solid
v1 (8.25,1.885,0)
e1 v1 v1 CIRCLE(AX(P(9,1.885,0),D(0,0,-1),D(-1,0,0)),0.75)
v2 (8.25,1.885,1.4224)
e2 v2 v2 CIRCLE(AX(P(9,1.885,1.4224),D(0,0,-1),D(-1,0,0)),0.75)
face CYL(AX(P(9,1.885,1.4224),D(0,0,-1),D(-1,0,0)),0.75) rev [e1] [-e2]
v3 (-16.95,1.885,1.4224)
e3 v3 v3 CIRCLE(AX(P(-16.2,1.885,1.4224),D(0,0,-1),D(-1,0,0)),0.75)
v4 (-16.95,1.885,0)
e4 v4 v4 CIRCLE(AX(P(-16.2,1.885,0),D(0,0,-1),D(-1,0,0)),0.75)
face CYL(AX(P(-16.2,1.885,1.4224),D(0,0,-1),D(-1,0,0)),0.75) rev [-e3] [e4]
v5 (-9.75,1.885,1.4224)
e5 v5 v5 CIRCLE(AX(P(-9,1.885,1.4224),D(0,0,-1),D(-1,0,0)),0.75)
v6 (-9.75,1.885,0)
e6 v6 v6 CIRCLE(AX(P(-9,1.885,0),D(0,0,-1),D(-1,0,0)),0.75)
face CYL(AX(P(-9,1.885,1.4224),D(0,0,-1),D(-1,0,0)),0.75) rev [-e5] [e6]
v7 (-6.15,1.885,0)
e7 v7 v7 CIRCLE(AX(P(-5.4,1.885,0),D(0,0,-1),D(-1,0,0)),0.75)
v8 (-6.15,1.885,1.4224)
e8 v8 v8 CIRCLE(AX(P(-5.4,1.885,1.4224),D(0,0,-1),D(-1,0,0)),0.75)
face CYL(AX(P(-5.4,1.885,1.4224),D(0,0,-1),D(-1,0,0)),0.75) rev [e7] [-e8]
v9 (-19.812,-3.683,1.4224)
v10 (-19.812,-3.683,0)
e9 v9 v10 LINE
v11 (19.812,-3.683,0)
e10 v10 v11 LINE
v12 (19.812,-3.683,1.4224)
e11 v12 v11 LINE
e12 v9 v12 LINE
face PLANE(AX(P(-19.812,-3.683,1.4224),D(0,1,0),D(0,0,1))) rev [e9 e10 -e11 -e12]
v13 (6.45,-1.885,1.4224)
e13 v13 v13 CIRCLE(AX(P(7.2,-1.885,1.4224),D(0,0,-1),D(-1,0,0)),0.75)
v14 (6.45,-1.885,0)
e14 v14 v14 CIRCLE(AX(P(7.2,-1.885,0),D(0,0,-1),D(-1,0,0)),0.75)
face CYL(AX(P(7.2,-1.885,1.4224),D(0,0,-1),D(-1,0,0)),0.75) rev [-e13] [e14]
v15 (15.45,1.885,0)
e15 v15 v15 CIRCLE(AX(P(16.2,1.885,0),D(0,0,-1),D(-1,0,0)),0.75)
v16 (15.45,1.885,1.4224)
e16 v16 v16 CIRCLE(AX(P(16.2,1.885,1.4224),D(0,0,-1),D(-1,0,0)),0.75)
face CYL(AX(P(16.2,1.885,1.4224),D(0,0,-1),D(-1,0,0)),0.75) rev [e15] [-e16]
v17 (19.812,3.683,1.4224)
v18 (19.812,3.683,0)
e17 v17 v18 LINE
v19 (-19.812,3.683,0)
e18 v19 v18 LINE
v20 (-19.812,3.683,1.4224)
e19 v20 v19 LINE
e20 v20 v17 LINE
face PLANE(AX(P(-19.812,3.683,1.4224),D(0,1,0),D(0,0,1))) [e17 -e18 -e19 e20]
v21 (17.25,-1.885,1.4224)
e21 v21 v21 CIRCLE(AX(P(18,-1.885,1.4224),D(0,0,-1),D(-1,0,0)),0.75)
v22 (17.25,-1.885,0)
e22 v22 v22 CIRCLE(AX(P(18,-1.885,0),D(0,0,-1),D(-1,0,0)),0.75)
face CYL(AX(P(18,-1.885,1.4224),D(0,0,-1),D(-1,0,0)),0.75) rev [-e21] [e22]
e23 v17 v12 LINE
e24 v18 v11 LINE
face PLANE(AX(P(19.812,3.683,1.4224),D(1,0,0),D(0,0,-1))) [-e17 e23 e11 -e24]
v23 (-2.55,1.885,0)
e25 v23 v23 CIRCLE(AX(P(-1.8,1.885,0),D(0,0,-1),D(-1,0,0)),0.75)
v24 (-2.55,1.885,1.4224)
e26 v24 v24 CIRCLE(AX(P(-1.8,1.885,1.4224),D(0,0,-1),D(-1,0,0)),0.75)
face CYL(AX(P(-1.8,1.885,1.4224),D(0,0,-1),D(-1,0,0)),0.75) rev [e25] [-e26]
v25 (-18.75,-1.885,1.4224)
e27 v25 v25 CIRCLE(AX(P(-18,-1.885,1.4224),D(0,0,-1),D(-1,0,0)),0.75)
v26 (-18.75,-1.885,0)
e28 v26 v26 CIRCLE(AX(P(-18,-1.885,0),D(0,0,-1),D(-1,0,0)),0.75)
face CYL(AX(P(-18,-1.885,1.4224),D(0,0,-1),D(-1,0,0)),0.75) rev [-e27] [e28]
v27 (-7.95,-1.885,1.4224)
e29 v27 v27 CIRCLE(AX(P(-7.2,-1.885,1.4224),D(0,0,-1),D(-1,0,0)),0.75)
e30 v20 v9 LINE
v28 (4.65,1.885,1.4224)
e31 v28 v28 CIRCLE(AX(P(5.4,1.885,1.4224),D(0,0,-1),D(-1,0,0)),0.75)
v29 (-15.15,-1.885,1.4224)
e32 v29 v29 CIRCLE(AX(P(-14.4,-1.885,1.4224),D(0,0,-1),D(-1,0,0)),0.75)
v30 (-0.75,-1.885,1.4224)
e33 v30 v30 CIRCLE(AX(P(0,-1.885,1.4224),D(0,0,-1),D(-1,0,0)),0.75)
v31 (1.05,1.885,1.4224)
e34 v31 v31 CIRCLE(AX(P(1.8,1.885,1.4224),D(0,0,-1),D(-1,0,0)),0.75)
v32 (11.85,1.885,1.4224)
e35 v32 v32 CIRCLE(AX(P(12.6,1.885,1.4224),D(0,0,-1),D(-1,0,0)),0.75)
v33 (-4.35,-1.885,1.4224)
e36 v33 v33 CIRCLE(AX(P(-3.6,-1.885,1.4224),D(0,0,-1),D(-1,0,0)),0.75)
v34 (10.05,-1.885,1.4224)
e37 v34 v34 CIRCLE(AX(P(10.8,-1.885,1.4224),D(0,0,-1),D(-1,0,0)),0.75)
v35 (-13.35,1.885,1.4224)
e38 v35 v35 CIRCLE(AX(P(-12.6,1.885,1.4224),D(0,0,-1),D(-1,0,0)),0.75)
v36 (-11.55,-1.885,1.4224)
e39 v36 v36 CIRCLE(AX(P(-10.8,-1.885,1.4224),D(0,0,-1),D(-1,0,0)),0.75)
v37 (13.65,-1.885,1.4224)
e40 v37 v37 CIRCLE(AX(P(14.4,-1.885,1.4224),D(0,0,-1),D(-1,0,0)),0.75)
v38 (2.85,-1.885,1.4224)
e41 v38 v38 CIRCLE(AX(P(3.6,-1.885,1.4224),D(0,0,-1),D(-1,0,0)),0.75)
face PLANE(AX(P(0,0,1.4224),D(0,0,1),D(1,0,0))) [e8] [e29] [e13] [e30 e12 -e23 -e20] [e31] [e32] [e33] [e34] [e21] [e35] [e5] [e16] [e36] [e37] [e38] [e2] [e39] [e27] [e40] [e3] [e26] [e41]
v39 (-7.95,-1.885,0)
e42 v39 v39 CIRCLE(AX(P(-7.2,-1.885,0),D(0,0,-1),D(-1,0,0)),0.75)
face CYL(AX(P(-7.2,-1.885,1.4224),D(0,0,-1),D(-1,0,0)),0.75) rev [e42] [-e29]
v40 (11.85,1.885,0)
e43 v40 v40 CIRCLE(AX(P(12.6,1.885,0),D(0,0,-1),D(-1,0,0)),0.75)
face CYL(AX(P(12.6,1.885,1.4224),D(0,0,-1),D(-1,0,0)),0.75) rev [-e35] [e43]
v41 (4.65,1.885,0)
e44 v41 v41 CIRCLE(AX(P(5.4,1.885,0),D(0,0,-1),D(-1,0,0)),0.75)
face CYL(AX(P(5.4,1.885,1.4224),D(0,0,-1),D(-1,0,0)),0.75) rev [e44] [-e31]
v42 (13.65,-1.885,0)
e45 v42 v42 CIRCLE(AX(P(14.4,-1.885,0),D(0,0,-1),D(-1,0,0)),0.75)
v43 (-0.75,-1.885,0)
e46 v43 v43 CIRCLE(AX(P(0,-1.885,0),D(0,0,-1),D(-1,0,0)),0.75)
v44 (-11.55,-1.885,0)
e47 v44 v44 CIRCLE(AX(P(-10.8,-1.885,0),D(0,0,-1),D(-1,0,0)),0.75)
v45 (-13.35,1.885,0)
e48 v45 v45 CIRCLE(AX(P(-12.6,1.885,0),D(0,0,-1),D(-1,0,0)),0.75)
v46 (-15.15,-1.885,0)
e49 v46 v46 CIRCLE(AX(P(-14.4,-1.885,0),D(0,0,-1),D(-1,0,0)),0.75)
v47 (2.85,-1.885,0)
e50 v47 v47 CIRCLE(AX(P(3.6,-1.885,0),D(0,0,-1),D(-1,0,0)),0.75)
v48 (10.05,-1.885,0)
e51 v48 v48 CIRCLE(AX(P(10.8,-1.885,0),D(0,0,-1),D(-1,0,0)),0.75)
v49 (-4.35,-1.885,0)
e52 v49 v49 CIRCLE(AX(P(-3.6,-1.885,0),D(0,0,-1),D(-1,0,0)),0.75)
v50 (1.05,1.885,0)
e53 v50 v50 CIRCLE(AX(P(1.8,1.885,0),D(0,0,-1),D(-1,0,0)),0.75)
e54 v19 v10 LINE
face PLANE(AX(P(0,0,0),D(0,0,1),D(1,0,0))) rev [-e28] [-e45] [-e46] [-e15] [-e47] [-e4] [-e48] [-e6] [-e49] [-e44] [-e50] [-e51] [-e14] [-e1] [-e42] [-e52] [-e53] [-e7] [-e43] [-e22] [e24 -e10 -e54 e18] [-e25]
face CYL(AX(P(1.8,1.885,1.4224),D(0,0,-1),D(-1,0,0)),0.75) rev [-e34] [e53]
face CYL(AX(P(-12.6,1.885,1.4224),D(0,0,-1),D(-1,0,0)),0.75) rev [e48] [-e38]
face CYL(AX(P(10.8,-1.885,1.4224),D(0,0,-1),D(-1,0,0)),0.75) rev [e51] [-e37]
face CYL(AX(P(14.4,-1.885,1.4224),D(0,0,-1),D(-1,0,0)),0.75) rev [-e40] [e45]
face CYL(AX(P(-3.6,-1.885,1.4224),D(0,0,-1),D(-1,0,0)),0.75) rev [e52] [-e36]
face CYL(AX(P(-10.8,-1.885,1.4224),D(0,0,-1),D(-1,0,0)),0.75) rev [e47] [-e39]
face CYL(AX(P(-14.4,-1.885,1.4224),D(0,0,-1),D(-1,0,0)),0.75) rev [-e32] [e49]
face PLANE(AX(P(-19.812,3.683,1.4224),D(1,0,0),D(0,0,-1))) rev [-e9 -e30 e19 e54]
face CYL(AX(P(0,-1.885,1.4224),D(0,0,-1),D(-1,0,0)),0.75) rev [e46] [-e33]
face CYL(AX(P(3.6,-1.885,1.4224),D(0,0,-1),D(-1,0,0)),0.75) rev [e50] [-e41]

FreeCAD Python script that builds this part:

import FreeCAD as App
import Part
import Sketcher

V = App.Vector
Q = App.Units.Quantity

doc = App.newDocument("Part")
body = doc.addObject("PartDesign::Body", "Body")

# Sketch on XY plane
sketch1 = body.newObject("Sketcher::SketchObject", "Sketch")
sketch1.AttachmentSupport = (doc.getObject("XY_Plane"), [""])
sketch1.MapMode = "FlatFace"
sketch1.addGeometry(Part.LineSegment(V(-19.812, 3.683, 0), V(-19.812, -3.683, 0)), False)
sketch1.addGeometry(Part.LineSegment(V(-19.812, -3.683, 0), V(19.812, -3.683, 0)), False)
sketch1.addGeometry(Part.LineSegment(V(19.812, -3.683, 0), V(19.812, 3.683, 0)), False)
sketch1.addGeometry(Part.LineSegment(V(19.812, 3.683, 0), V(-19.812, 3.683, 0)), False)
sketch1.addConstraint(Sketcher.Constraint("Coincident", 0, 2, 1, 1))
sketch1.addConstraint(Sketcher.Constraint("Coincident", 1, 2, 2, 1))
sketch1.addConstraint(Sketcher.Constraint("Coincident", 2, 2, 3, 1))
sketch1.addConstraint(Sketcher.Constraint("Coincident", 3, 2, 0, 1))
sketch1.addConstraint(Sketcher.Constraint("Vertical", 0))
sketch1.addConstraint(Sketcher.Constraint("Horizontal", 1))
sketch1.addConstraint(Sketcher.Constraint("Vertical", 2))
sketch1.addConstraint(Sketcher.Constraint("Horizontal", 3))
sketch1.addConstraint(Sketcher.Constraint("Symmetric", 0, 2, 2, 2, -1, 1))
sketch1.addConstraint(Sketcher.Constraint("DistanceX", 1, 1, 1, 2, Q("1.56 in")))
sketch1.addConstraint(Sketcher.Constraint("DistanceY", 0, 2, 0, 1, Q("0.29 in")))
pad1 = body.newObject("PartDesign::Pad", "Pad")
pad1.Profile = sketch1
pad1.Length = Q("0.056 in")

WHAT THE TASK REQUIRES | Retype exactly, and only, the lines above from the one where "v32 (11.85,1.885,1.4224)" occurs up to and including the one where "v34 (10.05,-1.885,1.4224)" occurs.

EXERCISE RESULT |
v32 (11.85,1.885,1.4224)
e35 v32 v32 CIRCLE(AX(P(12.6,1.885,1.4224),D(0,0,-1),D(-1,0,0)),0.75)
v33 (-4.35,-1.885,1.4224)
e36 v33 v33 CIRCLE(AX(P(-3.6,-1.885,1.4224),D(0,0,-1),D(-1,0,0)),0.75)
v34 (10.05,-1.885,1.4224)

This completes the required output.